La Corte de Mendoza cerró la disputa por pozos de agua en Agrelo y ratificó su clausura

El tribunal rechazó el reclamo de dos empresas que buscaban explotar perforaciones en la zona vitivinícola de Luján de Cuyo. El fallo respalda decisiones de Irrigación tomadas hace más de una década y sugiere una alternativa para los emprendimientos.

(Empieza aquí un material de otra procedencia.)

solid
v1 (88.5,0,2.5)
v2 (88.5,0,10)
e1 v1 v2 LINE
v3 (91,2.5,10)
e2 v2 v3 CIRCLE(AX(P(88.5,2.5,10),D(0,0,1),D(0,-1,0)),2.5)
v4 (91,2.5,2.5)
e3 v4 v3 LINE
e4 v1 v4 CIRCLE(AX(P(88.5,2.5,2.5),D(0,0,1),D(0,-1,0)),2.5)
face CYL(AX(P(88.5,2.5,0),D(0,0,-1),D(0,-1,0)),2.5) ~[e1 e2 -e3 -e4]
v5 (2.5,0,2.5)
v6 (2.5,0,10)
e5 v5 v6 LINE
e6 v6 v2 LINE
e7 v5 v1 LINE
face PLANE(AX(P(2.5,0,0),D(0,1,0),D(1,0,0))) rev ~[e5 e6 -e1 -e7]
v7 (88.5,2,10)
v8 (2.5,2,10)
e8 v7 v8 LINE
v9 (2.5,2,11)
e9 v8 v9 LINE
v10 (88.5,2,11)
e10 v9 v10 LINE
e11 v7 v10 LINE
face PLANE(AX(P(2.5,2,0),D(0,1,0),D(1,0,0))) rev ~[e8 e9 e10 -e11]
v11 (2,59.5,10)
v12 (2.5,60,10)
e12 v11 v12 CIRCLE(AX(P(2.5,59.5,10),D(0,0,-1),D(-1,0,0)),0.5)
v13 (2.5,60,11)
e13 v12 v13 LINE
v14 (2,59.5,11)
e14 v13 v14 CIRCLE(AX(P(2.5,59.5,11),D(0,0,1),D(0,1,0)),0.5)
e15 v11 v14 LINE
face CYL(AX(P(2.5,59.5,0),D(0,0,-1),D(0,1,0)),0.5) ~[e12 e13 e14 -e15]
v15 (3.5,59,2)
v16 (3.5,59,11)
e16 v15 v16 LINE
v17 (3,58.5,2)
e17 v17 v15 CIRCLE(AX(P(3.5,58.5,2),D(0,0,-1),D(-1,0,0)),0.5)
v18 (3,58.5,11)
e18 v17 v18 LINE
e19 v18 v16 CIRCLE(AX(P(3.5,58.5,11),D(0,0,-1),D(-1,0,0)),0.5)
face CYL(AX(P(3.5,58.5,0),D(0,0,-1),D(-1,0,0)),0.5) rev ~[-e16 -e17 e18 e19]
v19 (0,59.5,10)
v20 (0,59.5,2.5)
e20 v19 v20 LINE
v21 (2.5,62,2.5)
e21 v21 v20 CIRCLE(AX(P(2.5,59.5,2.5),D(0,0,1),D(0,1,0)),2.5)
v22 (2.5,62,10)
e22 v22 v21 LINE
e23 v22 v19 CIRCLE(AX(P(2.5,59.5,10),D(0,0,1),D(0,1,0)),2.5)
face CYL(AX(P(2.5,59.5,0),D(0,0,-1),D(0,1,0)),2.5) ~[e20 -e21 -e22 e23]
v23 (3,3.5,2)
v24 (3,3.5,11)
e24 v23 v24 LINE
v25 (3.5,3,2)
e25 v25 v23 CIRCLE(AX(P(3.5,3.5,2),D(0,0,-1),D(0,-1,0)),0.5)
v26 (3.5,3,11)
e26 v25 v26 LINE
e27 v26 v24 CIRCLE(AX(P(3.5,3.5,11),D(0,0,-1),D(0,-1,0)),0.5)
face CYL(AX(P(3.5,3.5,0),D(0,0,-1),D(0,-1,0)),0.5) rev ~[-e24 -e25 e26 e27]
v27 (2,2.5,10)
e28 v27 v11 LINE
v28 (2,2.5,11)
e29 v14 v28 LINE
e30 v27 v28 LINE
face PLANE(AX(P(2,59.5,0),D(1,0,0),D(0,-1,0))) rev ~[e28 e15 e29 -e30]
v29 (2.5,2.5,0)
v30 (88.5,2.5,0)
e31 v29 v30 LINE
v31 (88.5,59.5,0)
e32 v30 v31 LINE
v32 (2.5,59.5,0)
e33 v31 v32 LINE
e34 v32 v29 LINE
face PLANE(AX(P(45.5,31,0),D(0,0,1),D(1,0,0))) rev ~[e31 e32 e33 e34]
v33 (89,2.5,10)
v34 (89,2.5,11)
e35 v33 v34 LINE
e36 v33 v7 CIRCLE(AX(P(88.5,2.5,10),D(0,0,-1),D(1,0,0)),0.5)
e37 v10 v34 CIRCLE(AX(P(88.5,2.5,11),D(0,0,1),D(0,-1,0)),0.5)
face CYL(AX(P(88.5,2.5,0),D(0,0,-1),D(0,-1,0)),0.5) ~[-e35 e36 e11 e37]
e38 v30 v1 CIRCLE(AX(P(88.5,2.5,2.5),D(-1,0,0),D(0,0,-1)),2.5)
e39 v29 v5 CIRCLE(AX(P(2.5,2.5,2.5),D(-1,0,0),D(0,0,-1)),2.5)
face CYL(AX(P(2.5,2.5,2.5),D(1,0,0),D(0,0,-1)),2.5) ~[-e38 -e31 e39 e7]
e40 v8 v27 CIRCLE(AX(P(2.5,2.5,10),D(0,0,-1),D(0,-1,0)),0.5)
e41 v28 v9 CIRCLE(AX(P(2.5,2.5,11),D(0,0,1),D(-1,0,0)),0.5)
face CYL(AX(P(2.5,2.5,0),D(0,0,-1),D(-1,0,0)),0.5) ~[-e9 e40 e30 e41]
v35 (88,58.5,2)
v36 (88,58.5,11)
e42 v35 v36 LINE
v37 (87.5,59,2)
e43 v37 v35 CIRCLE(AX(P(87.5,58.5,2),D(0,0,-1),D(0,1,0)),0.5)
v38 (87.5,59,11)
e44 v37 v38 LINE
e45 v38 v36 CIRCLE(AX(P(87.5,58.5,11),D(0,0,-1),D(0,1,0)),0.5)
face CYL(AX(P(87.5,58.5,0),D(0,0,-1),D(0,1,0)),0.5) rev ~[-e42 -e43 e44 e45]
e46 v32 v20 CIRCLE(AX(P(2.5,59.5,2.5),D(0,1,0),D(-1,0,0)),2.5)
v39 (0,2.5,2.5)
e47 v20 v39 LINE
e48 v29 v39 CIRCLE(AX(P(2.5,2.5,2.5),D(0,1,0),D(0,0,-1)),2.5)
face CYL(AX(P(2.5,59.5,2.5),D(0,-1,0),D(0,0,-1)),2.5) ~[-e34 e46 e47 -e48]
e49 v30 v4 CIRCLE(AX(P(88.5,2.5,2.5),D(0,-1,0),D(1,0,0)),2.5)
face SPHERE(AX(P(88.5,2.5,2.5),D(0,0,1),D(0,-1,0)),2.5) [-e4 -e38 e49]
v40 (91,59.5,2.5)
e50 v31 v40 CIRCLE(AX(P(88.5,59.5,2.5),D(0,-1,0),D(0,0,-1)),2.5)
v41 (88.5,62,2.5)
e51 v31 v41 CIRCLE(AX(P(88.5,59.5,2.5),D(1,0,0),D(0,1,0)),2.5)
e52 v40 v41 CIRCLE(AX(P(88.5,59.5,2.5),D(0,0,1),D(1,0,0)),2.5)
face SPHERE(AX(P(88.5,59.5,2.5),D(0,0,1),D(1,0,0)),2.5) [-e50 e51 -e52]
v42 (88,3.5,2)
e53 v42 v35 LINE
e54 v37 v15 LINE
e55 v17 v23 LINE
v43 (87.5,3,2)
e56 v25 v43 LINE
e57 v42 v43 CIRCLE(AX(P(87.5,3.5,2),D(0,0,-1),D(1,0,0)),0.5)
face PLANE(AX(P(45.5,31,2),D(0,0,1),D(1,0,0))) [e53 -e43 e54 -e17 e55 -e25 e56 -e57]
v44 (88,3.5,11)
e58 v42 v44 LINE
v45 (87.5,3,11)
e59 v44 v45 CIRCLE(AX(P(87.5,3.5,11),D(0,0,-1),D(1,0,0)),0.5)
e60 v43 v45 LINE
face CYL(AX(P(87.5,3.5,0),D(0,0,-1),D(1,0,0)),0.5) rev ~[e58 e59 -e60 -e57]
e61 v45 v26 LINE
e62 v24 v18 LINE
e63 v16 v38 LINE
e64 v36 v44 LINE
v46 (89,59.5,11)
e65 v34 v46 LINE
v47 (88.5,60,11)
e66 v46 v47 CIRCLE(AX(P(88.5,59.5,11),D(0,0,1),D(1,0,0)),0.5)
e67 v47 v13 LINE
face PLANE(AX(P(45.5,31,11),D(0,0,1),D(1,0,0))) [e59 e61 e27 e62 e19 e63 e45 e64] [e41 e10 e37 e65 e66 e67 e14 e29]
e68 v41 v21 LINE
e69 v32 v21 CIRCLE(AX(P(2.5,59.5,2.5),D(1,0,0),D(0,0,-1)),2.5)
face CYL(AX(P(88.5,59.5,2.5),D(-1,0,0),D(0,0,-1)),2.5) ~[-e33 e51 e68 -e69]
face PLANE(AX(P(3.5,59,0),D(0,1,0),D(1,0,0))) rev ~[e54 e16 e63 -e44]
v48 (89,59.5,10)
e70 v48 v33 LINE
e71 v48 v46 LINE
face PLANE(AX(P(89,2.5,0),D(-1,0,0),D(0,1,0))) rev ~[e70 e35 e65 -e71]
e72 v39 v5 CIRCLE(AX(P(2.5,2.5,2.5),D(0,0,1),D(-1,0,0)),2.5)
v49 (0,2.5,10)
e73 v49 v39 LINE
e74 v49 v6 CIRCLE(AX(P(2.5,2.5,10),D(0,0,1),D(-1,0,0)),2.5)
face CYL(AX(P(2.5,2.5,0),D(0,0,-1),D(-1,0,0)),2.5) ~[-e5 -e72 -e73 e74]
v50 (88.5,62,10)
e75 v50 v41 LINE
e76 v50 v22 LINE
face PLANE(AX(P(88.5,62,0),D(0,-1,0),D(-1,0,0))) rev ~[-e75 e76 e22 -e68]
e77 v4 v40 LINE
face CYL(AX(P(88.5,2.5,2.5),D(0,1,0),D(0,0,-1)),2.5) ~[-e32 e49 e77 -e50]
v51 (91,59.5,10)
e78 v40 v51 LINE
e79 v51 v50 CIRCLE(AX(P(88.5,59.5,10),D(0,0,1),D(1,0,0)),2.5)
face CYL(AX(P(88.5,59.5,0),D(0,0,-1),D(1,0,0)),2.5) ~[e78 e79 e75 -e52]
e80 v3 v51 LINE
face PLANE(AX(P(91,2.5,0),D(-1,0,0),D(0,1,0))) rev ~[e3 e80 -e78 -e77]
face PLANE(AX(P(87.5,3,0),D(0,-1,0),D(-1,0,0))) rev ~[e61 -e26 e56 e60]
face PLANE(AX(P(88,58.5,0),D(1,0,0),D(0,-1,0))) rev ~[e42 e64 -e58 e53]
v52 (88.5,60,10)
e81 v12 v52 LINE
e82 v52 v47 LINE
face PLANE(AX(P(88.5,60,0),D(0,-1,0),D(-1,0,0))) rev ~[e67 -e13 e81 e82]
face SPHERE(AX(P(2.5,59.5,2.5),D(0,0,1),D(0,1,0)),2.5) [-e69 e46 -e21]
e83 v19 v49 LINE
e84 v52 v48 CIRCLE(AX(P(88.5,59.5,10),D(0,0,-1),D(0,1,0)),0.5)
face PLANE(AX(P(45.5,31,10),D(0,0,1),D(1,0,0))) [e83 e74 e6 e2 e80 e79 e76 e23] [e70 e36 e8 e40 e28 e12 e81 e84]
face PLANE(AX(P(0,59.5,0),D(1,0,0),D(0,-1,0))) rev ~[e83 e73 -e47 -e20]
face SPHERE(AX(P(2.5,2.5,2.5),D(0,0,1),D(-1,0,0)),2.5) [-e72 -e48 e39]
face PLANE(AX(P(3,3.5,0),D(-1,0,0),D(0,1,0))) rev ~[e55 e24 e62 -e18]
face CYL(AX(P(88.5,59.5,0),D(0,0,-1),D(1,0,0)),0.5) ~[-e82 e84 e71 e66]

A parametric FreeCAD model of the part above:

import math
import FreeCAD as App
import Part
import Sketcher
from FreeCAD import Vector


def edges_at(feature, points):
    """Names of the edges that pass closest to the given points."""
    edges = feature.Shape.Edges
    near = lambda p: min(range(len(edges)), key=lambda i: edges[i].distToShape(Part.Vertex(*p))[0])
    return sorted({f"Edge{near(p) + 1}" for p in points})

doc = App.newDocument("Part")
body = doc.addObject("PartDesign::Body", "Body")

# Sketch on XY plane
sketch1 = doc.addObject("Sketcher::SketchObject", "Sketch")
body.addObject(sketch1)
sketch1.AttachmentSupport = (doc.XY_Plane, [""])
sketch1.MapMode = "FlatFace"
sketch1.addGeometry(Part.ArcOfCircle(Part.Circle(Vector(2.5, 2.5, 0), Vector(0, 0, 1), 2.5), math.radians(180), math.radians(270)), False)
sketch1.addGeometry(Part.LineSegment(Vector(2.5, 0, 0), Vector(88.5, 0, 0)), False)
sketch1.addGeometry(Part.ArcOfCircle(Part.Circle(Vector(88.5, 2.5, 0), Vector(0, 0, 1), 2.5), math.radians(-90), math.radians(0)), False)
sketch1.addGeometry(Part.LineSegment(Vector(91, 2.5, 0), Vector(91, 59.5, 0)), False)
sketch1.addGeometry(Part.ArcOfCircle(Part.Circle(Vector(88.5, 59.5, 0), Vector(0, 0, 1), 2.5), math.radians(0), math.radians(90)), False)
sketch1.addGeometry(Part.LineSegment(Vector(88.5, 62, 0), Vector(2.5, 62, 0)), False)
sketch1.addGeometry(Part.ArcOfCircle(Part.Circle(Vector(2.5, 59.5, 0), Vector(0, 0, 1), 2.5), math.radians(90), math.radians(180)), False)
sketch1.addGeometry(Part.LineSegment(Vector(0, 59.5, 0), Vector(0, 2.5, 0)), False)
sketch1.addConstraint(Sketcher.Constraint("Tangent", 0, 2, 1, 1))
sketch1.addConstraint(Sketcher.Constraint("Tangent", 1, 2, 2, 1))
sketch1.addConstraint(Sketcher.Constraint("Tangent", 2, 2, 3, 1))
sketch1.addConstraint(Sketcher.Constraint("Tangent", 3, 2, 4, 1))
sketch1.addConstraint(Sketcher.Constraint("Tangent", 4, 2, 5, 1))
sketch1.addConstraint(Sketcher.Constraint("Tangent", 5, 2, 6, 1))
sketch1.addConstraint(Sketcher.Constraint("Tangent", 6, 2, 7, 1))
sketch1.addConstraint(Sketcher.Constraint("Tangent", 7, 2, 0, 1))
sketch1.addConstraint(Sketcher.Constraint("Horizontal", 1))
sketch1.addConstraint(Sketcher.Constraint("Vertical", 3))
sketch1.addConstraint(Sketcher.Constraint("Horizontal", 5))
sketch1.addConstraint(Sketcher.Constraint("Vertical", 7))
sketch1.addConstraint(Sketcher.Constraint("Equal", 0, 2))
sketch1.addConstraint(Sketcher.Constraint("Equal", 2, 4))
sketch1.addConstraint(Sketcher.Constraint("Equal", 4, 6))
sketch1.addConstraint(Sketcher.Constraint("PointOnObject", 0, 2, -1))
sketch1.addConstraint(Sketcher.Constraint("PointOnObject", 6, 2, -2))
sketch1.addConstraint(Sketcher.Constraint("Radius", 0, 2.5))
sketch1.addConstraint(Sketcher.Constraint("DistanceX", 1, 1, 1, 2, 86.0))
sketch1.addConstraint(Sketcher.Constraint("DistanceY", 3, 1, 3, 2, 57.0))
pad1 = doc.addObject("PartDesign::Pad", "Pad")
body.addObject(pad1)
pad1.Profile = sketch1
pad1.Length = 2

# Sketch on XY plane
sketch2 = doc.addObject("Sketcher::SketchObject", "Sketch001")
body.addObject(sketch2)
sketch2.AttachmentSupport = (doc.XY_Plane, [""])
sketch2.MapMode = "FlatFace"
sketch2.addGeometry(Part.ArcOfCircle(Part.Circle(Vector(2.5, 2.5, 0), Vector(0, 0, 1), 2.5), math.radians(180), math.radians(270)), False)
sketch2.addGeometry(Part.LineSegment(Vector(2.5, 0, 0), Vector(88.5, 0, 0)), False)
sketch2.addGeometry(Part.ArcOfCircle(Part.Circle(Vector(88.5, 2.5, 0), Vector(0, 0, 1), 2.5), math.radians(-90), math.radians(0)), False)
sketch2.addGeometry(Part.LineSegment(Vector(91, 2.5, 0), Vector(91, 59.5, 0)), False)
sketch2.addGeometry(Part.ArcOfCircle(Part.Circle(Vector(88.5, 59.5, 0), Vector(0, 0, 1), 2.5), math.radians(0), math.radians(90)), False)
sketch2.addGeometry(Part.LineSegment(Vector(88.5, 62, 0), Vector(2.5, 62, 0)), False)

Después de más de diez años de litigio, la Suprema Corte de Justicia de Mendoza resolvió uno de los conflictos hídricos más sensibles vinculados al uso de aguas subterráneas en la zona de Agrelo, en Luján de Cuyo. El máximo tribunal provincial confirmó la legalidad de las decisiones adoptadas por el Departamento General de Irrigación (DGI) y ratificó el rechazo a las concesiones para explotar dos pozos, que deberán permanecer clausurados.

La sentencia fue adoptada por una amplia mayoría del pleno del tribunal. Acompañaron la posición el presidente de la Corte, Dalmiro Garay, junto con María Teresa Day, Julio Gómez, Norma Llatser, José Valerio y Omar Palermo. El único voto en disidencia fue el del ministro Mario Adaro, quien consideró que correspondía hacer lugar al planteo de las empresas demandantes.

El fallo avala lo resuelto en su momento por el Honorable Tribunal Administrativo (HTA) de Irrigación, que en 2013 había rechazado otorgar la concesión definitiva para los pozos identificados como 6/1814 y 6/1816. El organismo entendió entonces que los permisos iniciales para perforar se habían concedido de manera irregular en un área con fuertes restricciones sobre el uso del recurso hídrico.

El reclamo de las empresas

La causa judicial fue impulsada por Santa María de los Andes S.A. y Vitivinícola Bulnes S.A., que cuestionaron las resoluciones adoptadas por Irrigación. Las firmas sostenían que contaban con derechos adquiridos desde 2010 para avanzar con las perforaciones y reclamaban que se les otorgara el permiso definitivo para utilizar el agua subterránea.

Según su planteo, las empresas habían realizado inversiones y obras necesarias para poner en funcionamiento los pozos, por lo que consideraban que correspondía formalizar la concesión.

Desde Irrigación, en cambio, argumentaron que los permisos otorgados originalmente no respetaban el orden de prioridades establecido por la normativa hídrica vigente, lo que impedía avanzar hacia una concesión definitiva.

Una alternativa planteada por la Corte

Si bien la mayoría del tribunal convalidó la decisión del organismo que actualmente conduce Sergio Marinelli, cuatro ministros propusieron una salida alternativa para amortiguar el impacto económico sobre los proyectos vinculados a esos pozos.

En sus votos, Garay, Day, Gómez y Llatser señalaron que las empresas podrían solicitar un permiso precario para utilizar aguas superficiales, una opción que quedará sujeta a la eventual aceptación de las firmas involucradas.

Valerio y Palermo también rechazaron la demanda, aunque no acompañaron esa propuesta alternativa y consideraron que el caso debía resolverse exclusivamente mediante el pronunciamiento judicial.

Un conflicto con antecedentes políticos

El caso tiene su origen en uno de los episodios más polémicos relacionados con la gestión del agua durante el gobierno de Celso Jaque. Las autorizaciones iniciales para perforar en Agrelo fueron otorgadas por el entonces superintendente general de Irrigación, Eduardo Frigerio, en medio de cuestionamientos por la administración del recurso hídrico en un contexto de escasez.

Las críticas apuntaban a la entrega de permisos destinados a abastecer desarrollos inmobiliarios en una etapa marcada por restricciones en la disponibilidad de agua en la provincia.

Las denuncias derivaron en un proceso de Jury de Enjuiciamiento contra Frigerio y también alcanzaron a su asesor Jorge Villalón. En diciembre de 2011, ya durante la gestión de Francisco Pérez, el funcionario presentó su renuncia al frente del organismo mientras avanzaban las investigaciones.

Tras su salida, el nuevo titular de Irrigación, José Luis Álvarez, dispuso el cegado de los pozos en Agrelo por instrucción del Ejecutivo provincial. Esa decisión fue luego ratificada en 2013 por el Tribunal Administrativo del organismo y dio origen a la disputa judicial que, más de una década después, terminó resolviendo la Suprema Corte de Mendoza.